Full Report
Russian media and other sources are reporting that authorities there have charged Mikhail Matveev — aka Wazawaka, blamed in multiple high-profile ransomware attacks — with criminal hacking.
Analysis Summary
# Threat Actor: Mikhail Matveev (Wazawaka)
## Attribution & Identity
**Attribution:** Linked to Russian cybercriminal activities.
**Aliases/Known Associations:** Wazawaka, club1337 (contacted him). Affiliated with ransomware groups: Babuk, Conti, DarkSide, Hive, and LockBit.
## Activity Summary
Russian authorities have charged Mikhail Matveev (Wazawaka) under Article 273 of the Criminal Code for developing malware intended to encrypt commercial organizations' data for illegal profit (ransomware). Matveev was previously indicted and sanctioned by the U.S. government in May. A key historical activity attributed to him is the April 2021 attack on the Washington, D.C., Metropolitan Police Department while operating as part of the Babuk ransomware gang, where over 250 GB of data was allegedly stolen.

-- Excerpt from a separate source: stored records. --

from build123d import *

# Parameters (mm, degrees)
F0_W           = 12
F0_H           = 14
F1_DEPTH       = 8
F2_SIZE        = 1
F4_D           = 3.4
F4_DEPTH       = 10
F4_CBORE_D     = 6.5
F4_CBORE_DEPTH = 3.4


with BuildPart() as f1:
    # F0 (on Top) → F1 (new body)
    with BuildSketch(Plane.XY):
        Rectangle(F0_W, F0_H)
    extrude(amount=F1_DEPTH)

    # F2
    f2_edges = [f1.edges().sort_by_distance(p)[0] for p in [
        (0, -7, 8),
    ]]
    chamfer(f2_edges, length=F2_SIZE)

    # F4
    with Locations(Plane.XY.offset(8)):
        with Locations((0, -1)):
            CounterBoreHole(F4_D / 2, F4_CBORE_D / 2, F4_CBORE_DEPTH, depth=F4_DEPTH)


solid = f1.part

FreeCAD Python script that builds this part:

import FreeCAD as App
import Part
import Sketcher
Q = App.Units.Quantity


def edges_at(feature, points):
    """Names of the edges that pass closest to the given points."""
    edges = feature.Shape.Edges
    near = lambda p: min(range(len(edges)), key=lambda i: edges[i].distToShape(Part.Vertex(*p))[0])
    return sorted({f"Edge{near(p) + 1}" for p in points})


def add_polygon(sketch, points):
    """Adds a closed chain of lines whose ends are joined by coincident constraints."""
    first, n = sketch.GeometryCount, len(points)
    for a, b in zip(points, points[1:] + points[:1]):
        sketch.addGeometry(Part.LineSegment(App.Vector(*a, 0), App.Vector(*b, 0)), False)
    for i in range(n):
        sketch.addConstraint(Sketcher.Constraint("Coincident", first + i, 2, first + (i + 1) % n, 1))

doc = App.newDocument("Part")
body = doc.addObject("PartDesign::Body", "Body")

# Sketch on XY plane
sketch1 = doc.addObject("Sketcher::SketchObject", "Sketch")
body.addObject(sketch1)
sketch1.AttachmentSupport = (doc.XY_Plane, [""])
sketch1.MapMode = "FlatFace"
add_polygon(sketch1, [(-6, 7), (-6, -7), (6, -7), (6, 7)])  # lines 0-3
sketch1.addConstraint(Sketcher.Constraint("Vertical", 0))
sketch1.addConstraint(Sketcher.Constraint("Horizontal", 1))
sketch1.addConstraint(Sketcher.Constraint("Vertical", 2))
sketch1.addConstraint(Sketcher.Constraint("Horizontal", 3))
sketch1.addConstraint(Sketcher.Constraint("Symmetric", 0, 2, 2, 2, -1, 1))
sketch1.addConstraint(Sketcher.Constraint("DistanceX", 1, 1, 1, 2, Q("12 mm")))
sketch1.addConstraint(Sketcher.Constraint("DistanceY", 0, 2, 0, 1, Q("14 mm")))
pad1 = doc.addObject("PartDesign::Pad", "Pad")
body.addObject(pad1)
pad1.Profile = sketch1
pad1.Length = 8
doc.recompute()

chamfer = doc.addObject("PartDesign::Chamfer", "Chamfer")
body.addObject(chamfer)
chamfer.Base = (pad1, edges_at(pad1, [(0, -7, 8)]))
chamfer.Size = 1

# Sketch on XY plane
sketch2 = doc.addObject("Sketcher::SketchObject", "Sketch001")
body.addObject(sketch2)
sketch2.AttachmentSupport = (doc.XY_Plane, [""])
sketch2.MapMode = "FlatFace"
sketch2.AttachmentOffset = App.Placement(App.Vector(0, 0, 8), App.Rotation())
sketch2.addGeometry(Part.Circle(App.Vector(0, -1, 0), App.Vector(0, 0, 1), 1.7), False)
sketch2.addConstraint(Sketcher.Constraint("PointOnObject", 0, 3, -2))
sketch2.addConstraint(Sketcher.Constraint("Diameter", 0, Q("3.4 mm")))
sketch2.addConstraint(Sketcher.Constraint("DistanceY", 0, 3, -1, 1, Q("1 mm")))
doc.recompute()
hole = doc.addObject("PartDesign::Hole", "Hole")
body.addObject(hole)
hole.Profile = sketch2
hole.ThreadType = "None"
hole.Diameter = 3.4
hole.DepthType = "Dimension"
hole.Depth = 10
hole.DrillPoint = "Flat"
hole.HoleCutType = "Counterbore"
hole.HoleCutDiameter = 6.5
hole.HoleCutDepth = 3.4

doc.recompute()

## Tactics, Techniques & Procedures
- Development of ransomware malware for data encryption and demanding ransom.
- Extortion/Blackmailing of commercial organizations.
- (MITRE ATT&CK IDs were not explicitly provided in the text, but methods align with T1486 Data Encrypted for Impact).
## Targeting
- **Sectors:** Commercial organizations, Law Enforcement (specifically Washington D.C. MPD).
- **Geography:** Operational globally (U.S. target mentioned), currently facing legal action in Russia.
- **Victims:** Washington, D.C., Metropolitan Police Department (MPD).
## Tools & Infrastructure
- **Malware Families Used:** Ransomware (general development cited), specifically associated with Babuk.
- **Infrastructure:** Not detailed, but he developed specific malware for extortion.
## Implications
The charging of Wazawaka by Russian authorities, despite his high profile and previous threats against U.S. interests, is an uncommon occurrence, suggesting potential shifts in how Russia handles cybercriminals, possibly following diplomatic communication (as evidenced by the REvil case mentioned in the context). Matveev remains a high-risk individual, previously unconcerned by U.S. sanctions and boasting about evading US law enforcement interest. His current legal status (out on bail awaiting next steps) needs close tracking.
## Mitigations
- Standard ransomware defenses should be maintained given his confirmed involvement with major ransomware strains (Conti, LockBit, Hive, etc.).
- Given his past activities, organizations should ensure robust defenses for sensitive data stores, especially law enforcement entities.
- Monitoring for potential resurfacing or continuation of activities despite current legal issues.